There were about 15 people in the room, mostly adoptees and a separate handful of unrelated white parents. By the end, almost all of the white people there were crying. They said they had no idea how painful it could be: In every case, the pain of the original rejection that led to the adoption was exacerbated terribly by the loss of any real connection to the adoptee’s racial community.

About half the adoptees sounded like they had conservative religious assholes for parents. But the other half simply had white parents who didn’t recognize, or refused to recognize, that their children would experience the world as black or Asian whether or not the family treated them “like they were white.” The fantasy of colorblindness was blinding the parents.

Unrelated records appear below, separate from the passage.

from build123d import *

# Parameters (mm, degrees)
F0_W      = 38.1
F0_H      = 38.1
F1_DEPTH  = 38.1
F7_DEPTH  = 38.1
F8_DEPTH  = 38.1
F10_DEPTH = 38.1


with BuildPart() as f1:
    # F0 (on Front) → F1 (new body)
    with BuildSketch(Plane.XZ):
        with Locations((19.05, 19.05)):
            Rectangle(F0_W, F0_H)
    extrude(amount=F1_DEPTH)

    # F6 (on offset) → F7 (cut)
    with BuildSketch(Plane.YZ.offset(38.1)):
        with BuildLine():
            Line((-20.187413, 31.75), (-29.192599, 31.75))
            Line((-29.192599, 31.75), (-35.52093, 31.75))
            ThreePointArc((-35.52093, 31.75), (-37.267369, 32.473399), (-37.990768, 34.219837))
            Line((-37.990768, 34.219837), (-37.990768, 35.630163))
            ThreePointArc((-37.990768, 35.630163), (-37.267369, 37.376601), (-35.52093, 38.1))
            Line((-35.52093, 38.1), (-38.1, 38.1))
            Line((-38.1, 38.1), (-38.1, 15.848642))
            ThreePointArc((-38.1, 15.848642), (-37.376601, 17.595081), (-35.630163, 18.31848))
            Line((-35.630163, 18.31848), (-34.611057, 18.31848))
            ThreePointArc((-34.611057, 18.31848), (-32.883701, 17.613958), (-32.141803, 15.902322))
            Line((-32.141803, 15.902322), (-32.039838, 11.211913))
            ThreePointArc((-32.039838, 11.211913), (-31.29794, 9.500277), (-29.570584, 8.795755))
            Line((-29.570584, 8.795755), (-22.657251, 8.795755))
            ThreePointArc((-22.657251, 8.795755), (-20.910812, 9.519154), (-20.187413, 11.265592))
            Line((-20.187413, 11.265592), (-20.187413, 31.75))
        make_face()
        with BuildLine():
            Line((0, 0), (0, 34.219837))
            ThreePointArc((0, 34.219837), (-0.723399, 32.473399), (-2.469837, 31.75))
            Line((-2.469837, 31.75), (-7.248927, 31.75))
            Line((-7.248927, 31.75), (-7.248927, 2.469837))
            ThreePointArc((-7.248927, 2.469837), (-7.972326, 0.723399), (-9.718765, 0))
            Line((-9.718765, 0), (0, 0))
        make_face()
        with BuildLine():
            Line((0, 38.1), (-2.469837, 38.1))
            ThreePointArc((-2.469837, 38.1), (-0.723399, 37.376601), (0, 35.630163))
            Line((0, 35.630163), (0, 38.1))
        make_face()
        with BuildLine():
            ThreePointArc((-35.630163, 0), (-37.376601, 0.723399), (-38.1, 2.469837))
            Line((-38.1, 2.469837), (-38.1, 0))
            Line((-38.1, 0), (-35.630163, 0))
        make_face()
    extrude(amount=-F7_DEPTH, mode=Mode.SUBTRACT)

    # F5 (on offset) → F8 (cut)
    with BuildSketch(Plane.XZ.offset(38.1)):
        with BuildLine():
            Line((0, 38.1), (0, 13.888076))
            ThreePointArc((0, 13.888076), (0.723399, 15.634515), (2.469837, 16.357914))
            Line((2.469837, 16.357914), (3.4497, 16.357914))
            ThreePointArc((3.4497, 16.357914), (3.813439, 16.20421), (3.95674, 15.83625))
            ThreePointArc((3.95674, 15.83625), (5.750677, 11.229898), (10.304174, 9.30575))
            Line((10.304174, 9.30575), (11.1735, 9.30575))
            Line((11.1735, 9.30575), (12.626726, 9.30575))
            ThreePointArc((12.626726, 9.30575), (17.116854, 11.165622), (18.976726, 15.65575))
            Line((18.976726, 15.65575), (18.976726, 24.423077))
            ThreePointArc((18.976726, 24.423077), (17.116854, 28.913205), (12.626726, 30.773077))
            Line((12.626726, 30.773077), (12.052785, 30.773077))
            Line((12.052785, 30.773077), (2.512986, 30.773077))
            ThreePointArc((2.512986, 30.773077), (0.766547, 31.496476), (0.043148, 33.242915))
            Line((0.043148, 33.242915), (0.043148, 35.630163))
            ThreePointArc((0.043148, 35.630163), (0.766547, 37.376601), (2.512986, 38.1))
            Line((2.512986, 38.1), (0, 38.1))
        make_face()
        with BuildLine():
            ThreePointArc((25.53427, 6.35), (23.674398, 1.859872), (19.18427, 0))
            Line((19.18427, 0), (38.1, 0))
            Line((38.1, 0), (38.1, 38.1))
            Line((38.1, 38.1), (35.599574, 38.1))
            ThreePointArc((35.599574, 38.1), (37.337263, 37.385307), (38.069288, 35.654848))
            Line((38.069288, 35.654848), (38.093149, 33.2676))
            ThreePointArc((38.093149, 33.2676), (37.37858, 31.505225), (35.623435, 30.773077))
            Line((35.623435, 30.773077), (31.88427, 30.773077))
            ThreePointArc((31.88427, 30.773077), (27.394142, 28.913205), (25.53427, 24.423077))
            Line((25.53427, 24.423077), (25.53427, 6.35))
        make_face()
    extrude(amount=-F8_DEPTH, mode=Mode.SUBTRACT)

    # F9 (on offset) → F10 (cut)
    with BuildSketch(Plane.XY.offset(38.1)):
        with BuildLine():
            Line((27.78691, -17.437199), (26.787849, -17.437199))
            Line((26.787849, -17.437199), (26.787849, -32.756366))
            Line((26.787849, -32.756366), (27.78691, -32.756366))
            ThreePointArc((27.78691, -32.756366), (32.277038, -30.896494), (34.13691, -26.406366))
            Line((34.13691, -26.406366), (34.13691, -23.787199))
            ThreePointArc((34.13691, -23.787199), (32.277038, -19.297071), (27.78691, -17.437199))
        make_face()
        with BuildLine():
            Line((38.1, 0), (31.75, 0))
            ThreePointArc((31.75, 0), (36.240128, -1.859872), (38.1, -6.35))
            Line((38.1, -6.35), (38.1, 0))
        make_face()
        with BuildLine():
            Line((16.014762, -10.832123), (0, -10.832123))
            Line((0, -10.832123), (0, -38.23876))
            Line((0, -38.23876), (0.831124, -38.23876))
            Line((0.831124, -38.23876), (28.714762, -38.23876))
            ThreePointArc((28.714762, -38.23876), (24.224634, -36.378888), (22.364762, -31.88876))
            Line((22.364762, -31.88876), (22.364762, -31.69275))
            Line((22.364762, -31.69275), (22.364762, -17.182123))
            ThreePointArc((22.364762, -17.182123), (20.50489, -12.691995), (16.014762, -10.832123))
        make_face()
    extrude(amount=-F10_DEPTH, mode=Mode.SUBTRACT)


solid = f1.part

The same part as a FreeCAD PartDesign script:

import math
import FreeCAD as App
import Part
import Sketcher
Q = App.Units.Quantity

doc = App.newDocument("Part")
body = doc.addObject("PartDesign::Body", "Body")

# Sketch on XZ plane
sketch1 = body.newObject("Sketcher::SketchObject", "Sketch")
sketch1.AttachmentSupport = (doc.getObject("XZ_Plane"), [""])
sketch1.MapMode = "FlatFace"
sketch1.addGeometry(Part.LineSegment(App.Vector(0, 38, 0), App.Vector(0, 0, 0)), False)
sketch1.addGeometry(Part.LineSegment(App.Vector(0, 0, 0), App.Vector(38, 0, 0)), False)
sketch1.addGeometry(Part.LineSegment(App.Vector(38, 0, 0), App.Vector(38, 38, 0)), False)
sketch1.addGeometry(Part.LineSegment(App.Vector(38, 38, 0), App.Vector(0, 38, 0)), False)
sketch1.addConstraint(Sketcher.Constraint("Coincident", 0, 2, 1, 1))
sketch1.addConstraint(Sketcher.Constraint("Coincident", 1, 2, 2, 1))
sketch1.addConstraint(Sketcher.Constraint("Coincident", 2, 2, 3, 1))
sketch1.addConstraint(Sketcher.Constraint("Coincident", 3, 2, 0, 1))
sketch1.addConstraint(Sketcher.Constraint("Vertical", 0))
sketch1.addConstraint(Sketcher.Constraint("Horizontal", 1))
sketch1.addConstraint(Sketcher.Constraint("Vertical", 2))
sketch1.addConstraint(Sketcher.Constraint("Horizontal", 3))
sketch1.addConstraint(Sketcher.Constraint("Coincident", 0, 2, -1, 1))
sketch1.addConstraint(Sketcher.Constraint("Equal", 3, 0))
sketch1.addConstraint(Sketcher.Constraint("DistanceX", 1, 1, 1, 2, Q("1.5 in")))
pad1 = body.newObject("PartDesign::Pad", "Pad")
pad1.Profile = sketch1
pad1.Length = Q("1.5 in")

The organizers showed a video about this (which is what originally got the white people crying). In the video, a black woman announced, “Don’t think you can make black friends after you adopt a black child. If you don’t already have black friends, you shouldn’t be adopting a black child.

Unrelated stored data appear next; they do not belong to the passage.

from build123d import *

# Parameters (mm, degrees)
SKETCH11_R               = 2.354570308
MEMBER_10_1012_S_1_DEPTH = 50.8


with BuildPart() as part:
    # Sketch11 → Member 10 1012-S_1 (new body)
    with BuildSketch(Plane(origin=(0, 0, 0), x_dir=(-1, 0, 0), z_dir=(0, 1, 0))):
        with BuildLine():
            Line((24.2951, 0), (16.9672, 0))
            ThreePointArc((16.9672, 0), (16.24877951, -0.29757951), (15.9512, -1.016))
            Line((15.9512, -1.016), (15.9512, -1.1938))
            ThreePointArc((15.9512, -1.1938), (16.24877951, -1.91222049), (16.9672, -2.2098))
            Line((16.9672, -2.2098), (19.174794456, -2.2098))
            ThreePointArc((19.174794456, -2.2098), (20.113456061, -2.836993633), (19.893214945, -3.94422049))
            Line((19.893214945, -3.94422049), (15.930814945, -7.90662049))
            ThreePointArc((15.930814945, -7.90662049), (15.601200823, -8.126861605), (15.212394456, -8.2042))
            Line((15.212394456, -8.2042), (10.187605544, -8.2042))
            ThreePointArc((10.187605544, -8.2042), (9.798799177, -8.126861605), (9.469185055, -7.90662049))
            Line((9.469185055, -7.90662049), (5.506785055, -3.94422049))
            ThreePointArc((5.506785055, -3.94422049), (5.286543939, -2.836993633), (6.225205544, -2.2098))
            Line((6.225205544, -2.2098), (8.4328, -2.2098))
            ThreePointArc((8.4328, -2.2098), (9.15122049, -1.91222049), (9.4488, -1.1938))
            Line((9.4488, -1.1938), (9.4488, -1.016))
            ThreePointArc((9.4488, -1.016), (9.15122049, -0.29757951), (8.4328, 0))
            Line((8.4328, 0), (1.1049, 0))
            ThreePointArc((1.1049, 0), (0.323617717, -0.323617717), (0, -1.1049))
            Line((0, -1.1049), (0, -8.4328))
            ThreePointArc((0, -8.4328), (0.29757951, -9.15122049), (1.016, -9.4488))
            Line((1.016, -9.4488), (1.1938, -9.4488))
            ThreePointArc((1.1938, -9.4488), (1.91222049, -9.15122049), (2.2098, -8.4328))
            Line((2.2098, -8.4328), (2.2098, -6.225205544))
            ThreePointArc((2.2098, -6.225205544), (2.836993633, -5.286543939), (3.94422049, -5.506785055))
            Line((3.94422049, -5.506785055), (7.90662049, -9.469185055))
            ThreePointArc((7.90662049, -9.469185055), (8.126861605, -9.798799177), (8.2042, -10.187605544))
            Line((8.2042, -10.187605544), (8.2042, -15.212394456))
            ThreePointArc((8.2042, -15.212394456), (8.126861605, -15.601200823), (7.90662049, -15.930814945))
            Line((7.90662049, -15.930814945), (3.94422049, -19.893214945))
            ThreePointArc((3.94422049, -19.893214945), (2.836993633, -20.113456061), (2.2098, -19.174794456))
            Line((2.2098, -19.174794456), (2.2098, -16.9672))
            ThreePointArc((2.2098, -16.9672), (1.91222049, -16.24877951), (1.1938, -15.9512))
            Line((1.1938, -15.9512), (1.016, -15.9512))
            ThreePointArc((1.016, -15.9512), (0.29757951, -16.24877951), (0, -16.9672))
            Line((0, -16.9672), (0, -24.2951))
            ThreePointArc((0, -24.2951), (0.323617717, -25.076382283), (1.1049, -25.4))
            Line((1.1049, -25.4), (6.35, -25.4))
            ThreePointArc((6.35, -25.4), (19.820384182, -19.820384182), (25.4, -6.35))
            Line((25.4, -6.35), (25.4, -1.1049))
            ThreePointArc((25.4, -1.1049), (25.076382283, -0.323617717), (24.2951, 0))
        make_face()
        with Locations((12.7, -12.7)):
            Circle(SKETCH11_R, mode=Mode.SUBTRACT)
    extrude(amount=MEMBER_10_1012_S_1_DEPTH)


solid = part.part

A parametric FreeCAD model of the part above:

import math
import FreeCAD as App
import Part
import Sketcher
Q = App.Units.Quantity

doc = App.newDocument("Part")
params = doc.addObject("Spreadsheet::Sheet", "Params")
for row, (alias, value) in enumerate([
    ("sketch1_radius", "0.04 in"),
    ("sketch1_radius2", "0.75 in"),
    ("sketch1_width", "0.007 in"),
    ("pad1_length", "2 in"),
], start=1):
    params.set(f"A{row}", alias)
    params.set(f"B{row}", "=" + value)
    params.setAlias(f"B{row}", alias)

body = doc.addObject("PartDesign::Body", "Body")

sketch1 = body.newObject("Sketcher::SketchObject", "Sketch")
sketch1.AttachmentSupport = (doc.getObject("XZ_Plane"), [""])
sketch1.MapMode = "FlatFace"
sketch1.addGeometry([
    Part.LineSegment(App.Vector(-24.3, 0, 0), App.Vector(-16.97, 0, 0)),
    Part.ArcOfCircle(Part.Circle(App.Vector(-16.97, -1.02, 0), App.Vector(0, 0, 1), 1.02), math.radians(0), math.radians(90)),
    Part.LineSegment(App.Vector(-15.95, -1.02, 0), App.Vector(-15.95, -1.19, 0)),
    Part.ArcOfCircle(Part.Circle(App.Vector(-16.97, -1.19, 0), App.Vector(0, 0, 1), 1.02), math.radians(-90), math.radians(0)),
    Part.LineSegment(App.Vector(-16.97, -2.21, 0), App.Vector(-19.17, -2.21, 0)),
    Part.ArcOfCircle(Part.Circle(App.Vector(-19.17, -3.23, 0), App.Vector(0, 0, 1), 1.02), math.radians(90), math.radians(225)),
    Part.LineSegment(App.Vector(-19.89, -3.94, 0), App.Vector(-15.93, -7.91, 0)),
    Part.ArcOfCircle(Part.Circle(App.Vector(-15.21, -7.19, 0), App.Vector(0, 0, 1), 1.02), math.radians(-135), math.radians(-90)),
    Part.LineSegment(App.Vector(-15.21, -8.2, 0), App.Vector(-10.19, -8.2, 0)),
    Part.ArcOfCircle(Part.Circle(App.Vector(-10.19, -7.19, 0), App.Vector(0, 0, 1), 1.02), math.radians(-90), math.radians(-45)),
    Part.LineSegment(App.Vector(-9.47, -7.91, 0), App.Vector(-5.51, -3.94, 0)),
    Part.ArcOfCircle(Part.Circle(App.Vector(-6.23, -3.23, 0), App.Vector(0, 0, 1), 1.02), math.radians(-45), math.radians(90)),
    Part.LineSegment(App.Vector(-6.23, -2.21, 0), App.Vector(-8.43, -2.21, 0)),
    Part.ArcOfCircle(Part.Circle(App.Vector(-8.43, -1.19, 0), App.Vector(0, 0, 1), 1.02), math.radians(180), math.radians(270)),
    Part.LineSegment(App.Vector(-9.45, -1.19, 0), App.Vector(-9.45, -1.02, 0)),
    Part.ArcOfCircle(Part.Circle(App.Vector(-8.43, -1.02, 0), App.Vector(0, 0, 1), 1.02), math.radians(90), math.radians(180)),
    Part.LineSegment(App.Vector(-8.43, 0, 0), App.Vector(-1.1, 0, 0)),
    Part.ArcOfCircle(Part.Circle(App.Vector(-1.1, -1.1, 0), App.Vector(0, 0, 1), 1.1), math.radians(0), math.radians(90)),
    Part.LineSegment(App.Vector(0, -1.1, 0), App.Vector(0, -8.43, 0)),
    Part.ArcOfCircle(Part.Circle(App.Vector(-1.02, -8.43, 0), App.Vector(0, 0, 1), 1.02), math.radians(-90), math.radians(0)),
    Part.LineSegment(App.Vector(-1.02, -9.45, 0), App.Vector(-1.19, -9.45, 0)),
    Part.ArcOfCircle(Part.Circle(App.Vector(-1.19, -8.43, 0), App.Vector(0, 0, 1), 1.02), math.radians(180), math.radians(270)),
    Part.LineSegment(App.Vector(-2.21, -8.43, 0), App.Vector(-2.21, -6.23, 0)),
    Part.ArcOfCircle(Part.Circle(App.Vector(-3.23, -6.23, 0), App.Vector(0, 0, 1), 1.02), math.radians(0), math.radians(135)),
    Part.LineSegment(App.Vector(-3.94, -5.51, 0), App.Vector(-7.91, -9.47, 0)),
    Part.ArcOfCircle(Part.Circle(App.Vector(-7.19, -10.19, 0), App.Vector(0, 0, 1), 1.02), math.radians(135), math.radians(180)),
    Part.LineSegment(App.Vector(-8.2, -10.19, 0), App.Vector(-8.2, -15.21, 0)),
    Part.ArcOfCircle(Part.Circle(App.Vector(-7.19, -15.21, 0), App.Vector(0, 0, 1), 1.02), math.radians(180), math.radians(225)),
    Part.LineSegment(App.Vector(-7.91, -15.93, 0), App.Vector(-3.94, -19.89, 0)),
    Part.ArcOfCircle(Part.Circle(App.Vector(-3.23, -19.17, 0), App.Vector(0, 0, 1), 1.02), math.radians(-135), math.radians(0)),
    Part.LineSegment(App.Vector(-2.21, -19.17, 0), App.Vector(-2.21, -16.97, 0)),
    Part.ArcOfCircle(Part.Circle(App.Vector(-1.19, -16.97, 0), App.Vector(0, 0, 1), 1.02), math.radians(90), math.radians(180)),
    Part.LineSegment(App.Vector(-1.19, -15.95, 0), App.Vector(-1.02, -15.95, 0)),
    Part.ArcOfCircle(Part.Circle(App.Vector(-1.02, -16.97, 0), App.Vector(0, 0, 1), 1.02), math.radians(0), math.radians(90)),
    Part.LineSegment(App.Vector(0, -16.97, 0), App.Vector(0, -24.3, 0)),
    Part.ArcOfCircle(Part.Circle(App.Vector(-1.1, -24.3, 0), App.Vector(0, 0, 1), 1.1), math.radians(-90), math.radians(0)),
    Part.LineSegment(App.Vector(-1.1, -25.4, 0), App.Vector(-6.35, -25.4, 0)),
    Part.ArcOfCircle(Part.Circle(App.Vector(-6.35, -6.35, 0), App.Vector(0, 0, 1), 19.05), math.radians(180), math.radians(270)),
    Part.LineSegment(App.Vector(-25.4, -6.35, 0), App.Vector(-25.4, -1.1, 0)),
    Part.ArcOfCircle(Part.Circle(App.Vector(-24.3, -1.1, 0), App.Vector(0, 0, 1), 1.1), math.radians(90), math.radians(180)),
    Part.Circle(App.Vector(-12.7, -12.7, 0), App.Vector(0, 0, 1), 2.35),
], False)
sketch1.addConstraint([
    Sketcher.Constraint("Tangent", 0, 2, 1, 2),
    Sketcher.Constraint("Tangent", 1, 1, 2, 1),
    Sketcher.Constraint("Tangent", 2, 2, 3, 2),
    Sketcher.Constraint("Tangent", 3, 1, 4, 1),
    Sketcher.Constraint("Tangent", 4, 2, 5, 1),
    Sketcher.Constraint("Tangent", 5, 2, 6, 1),
    Sketcher.Constraint("Tangent", 6, 2, 7, 1),
    Sketcher.Constraint("Tangent", 7, 2, 8, 1),
    Sketcher.Constraint("Tangent", 8, 2, 9, 1),
    Sketcher.Constraint("Tangent", 9, 2, 10, 1),
    Sketcher.Constraint("Tangent", 10, 2, 11, 1),
    Sketcher.Constraint("Tangent", 11, 2, 12, 1),
    Sketcher.Constraint("Tangent", 12, 2, 13, 2),
    Sketcher.Constraint("Tangent", 13, 1, 14, 1),
    Sketcher.Constraint("Tangent", 14, 2, 15, 2),
    Sketcher.Constraint("Tangent", 15, 1, 16, 1),
    Sketcher.Constraint("Tangent", 16, 2, 17, 2),
    Sketcher.Constraint("Tangent", 17, 1, 18, 1),
    Sketcher.Constraint("Tangent", 18, 2, 19, 2),
    Sketcher.Constraint("Tangent", 19, 1, 20, 1),
    Sketcher.Constraint("Tangent", 20, 2, 21, 2),
    Sketcher.Constraint("Tangent", 21, 1, 22, 1),
    Sketcher.Constraint("Tangent", 22, 2, 23, 1),
    Sketcher.Constraint("Tangent", 23, 2, 24, 1),
    Sketcher.Constraint("Tangent", 24, 2, 25, 1),
    Sketcher.Constraint("Tangent", 25, 2, 26, 1),
    Sketcher.Constraint("Tangent", 26, 2, 27, 1),
    Sketcher.Constraint("Tangent", 27, 2, 28, 1),
    Sketcher.Constraint("Tangent", 28, 2, 29, 1),
    Sketcher.Constraint("Tangent", 29, 2, 30, 1),
    Sketcher.Constraint("Tangent", 30, 2, 31, 2),
    Sketcher.Constraint("Tangent", 31, 1, 32, 1),
    Sketcher.Constraint("Tangent", 32, 2, 33, 2),
    Sketcher.Constraint("Tangent", 33, 1, 34, 1),
    Sketcher.Constraint("Tangent", 34, 2, 35, 2),
    Sketcher.Constraint("Tangent", 35, 1, 36, 1),
    Sketcher.Constraint("Tangent", 36, 2, 37, 2),
    Sketcher.Constraint("Tangent", 37, 1, 38, 1),
    Sketcher.Constraint("Tangent", 38, 2, 39, 2),
    Sketcher.Constraint("Tangent", 39, 1, 0, 1),
    Sketcher.Constraint("Horizontal", 0),
    Sketcher.Constraint("Vertical", 2),
    Sketcher.Constraint("Horizontal", 4),
    Sketcher.Constraint("Horizontal", 8),
    Sketcher.Constraint("Horizontal", 12),
    Sketcher.Constraint("Vertical", 14),
    Sketcher.Constraint("Horizontal", 16),
    Sketcher.Constraint("Vertical", 18),
    Sketcher.Constraint("Horizontal", 20),
    Sketcher.Constraint("Vertical", 22),
    Sketcher.Constraint("Vertical", 26),
    Sketcher.Constraint("Vertical", 30),
    Sketcher.Constraint("Horizontal", 32),
    Sketcher.Constraint("Vertical", 34),
    Sketcher.Constraint("Horizontal", 36),
    Sketcher.Constraint("Vertical", 38),
    Sketcher.Constraint("Equal", 1, 3),
    Sketcher.Constraint("Equal", 3, 5),
    Sketcher.Constraint("Equal", 5, 7),
    Sketcher.Constraint("Equal", 7, 9),
    Sketcher.Constraint("Equal", 9, 11),
    Sketcher.Constraint("Equal", 11, 13),
    Sketcher.Constraint("Equal", 13, 15),
    Sketcher.Constraint("Equal", 15, 19),
    Sketcher.Constraint("Equal", 19, 21),
    Sketcher.Constraint("Equal", 21, 23),
    Sketcher.Constraint("Equal", 23, 25),
    Sketcher.Constraint("Equal", 25, 27),
    Sketcher.Constraint("Equal", 27, 29),
    Sketcher.Constraint("Equal", 29, 31),
    Sketcher.Constraint("Equal", 31, 33),
    Sketcher.Constraint("Equal", 17, 35),
    Sketcher.Constraint("Equal", 35, 39),
    Sketcher.Constraint("PointOnObject", 0, 2, -1),
    Sketcher.Constraint("PointOnObject", 15, 1, -1),
    Sketcher.Constraint("PointOnObject", 17, 1, -2),
    Sketcher.Constraint("PointOnObject", 33, 1, -2),
    Sketcher.Constraint("Perpendicular", 6, 10),
    Sketcher.Constraint("Parallel", 10, 24),
    Sketcher.Constraint("Perpendicular", 24, 28),
    Sketcher.Constraint("Horizontal", 5, 3, 11, 3),
    Sketcher.Constraint("Horizontal", 6, 2, 9, 2),
    Sketcher.Constraint("Vertical", 23, 3, 29, 3),
    Sketcher.Constraint("Equal", 4, 12),
    Sketcher.Constraint("Equal", 0, 16),
    Sketcher.Constraint("Equal", 32, 2),
    Sketcher.Constraint("Equal", 16, 18),
    Sketcher.Constraint("Equal", 12, 22),
    Sketcher.Constraint("Equal", 8, 26),
    Sketcher.Constraint("Equal", 22, 30),
    Sketcher.Constraint("Equal", 18, 34),
    Sketcher.Constraint("Equal", 36, 38),
    Sketcher.Constraint("Radius", 1, Q("0.04 in")),
    Sketcher.Constraint("Radius", 37, Q("0.75 in")),
    Sketcher.Constraint("DistanceY", 35, 1, -1, 1, Q("1 in")),
    Sketcher.Constraint("DistanceX", 40, 3, -1, 1, Q("0.5 in")),
    Sketcher.Constraint("DistanceY", 40, 3, -1, 1, Q("0.5 in")),
    Sketcher.Constraint("Radius", 17, Q("0.0435 in")),
    Sketcher.Constraint("DistanceX", 20, 2, 20, 1, Q("0.007 in")),
    Sketcher.Constraint("Diameter", 40, 4.709141),
    Sketcher.Constraint("DistanceX", 0, 1, 0, 2, Q("0.2885 in")),
    Sketcher.Constraint("DistanceY", 7, 3, -1, 1, Q("0.283 in")),
    Sketcher.Constraint("DistanceX", 8, 1, 8, 2, 5.024789),
])
sketch1.setExpression("Constraints[92]", "Params.sketch1_radius")
sketch1.setExpression("Constraints[93]", "Params.sketch1_radius2")
sketch1.setExpression("Constraints[98]", "Params.sketch1_width")
pad1 = body.newObject("PartDesign::Pad", "Pad")
pad1.Profile = sketch1
pad1.setExpression("Length", "Params.pad1_length")
pad1.Reversed = True

doc.recompute()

I may live in the Central District, but please. I’m a white person living in a white world, meaning that I’m someone who deals with the issue of race only when I feel like it. But what the workshop participants were saying is that white parents of children of color can’t play by those rules. They can’t be lazy when it comes to race, or their kids will pay for it one way or another.

I asked only one question: Would any of you adopt children, and if you did, would you want them to look like you?

One guy said yes to both. After all these years of sticking out at family events (he was also gay and transgendered, so it was particularly difficult for him), he wanted another family member who would look like him—and with whom he’d be able to share certain experiences particular to being Asian.

Some of the adoptees wanted to end transracial adoption altogether. (Granted, this group was self-selecting. One supposes just as many transracial adoptees were out having happy lunches with their white parents that day, but that doesn’t make these experiences any less real.) One guy said that although he struggled, he was grateful to have been adopted at all.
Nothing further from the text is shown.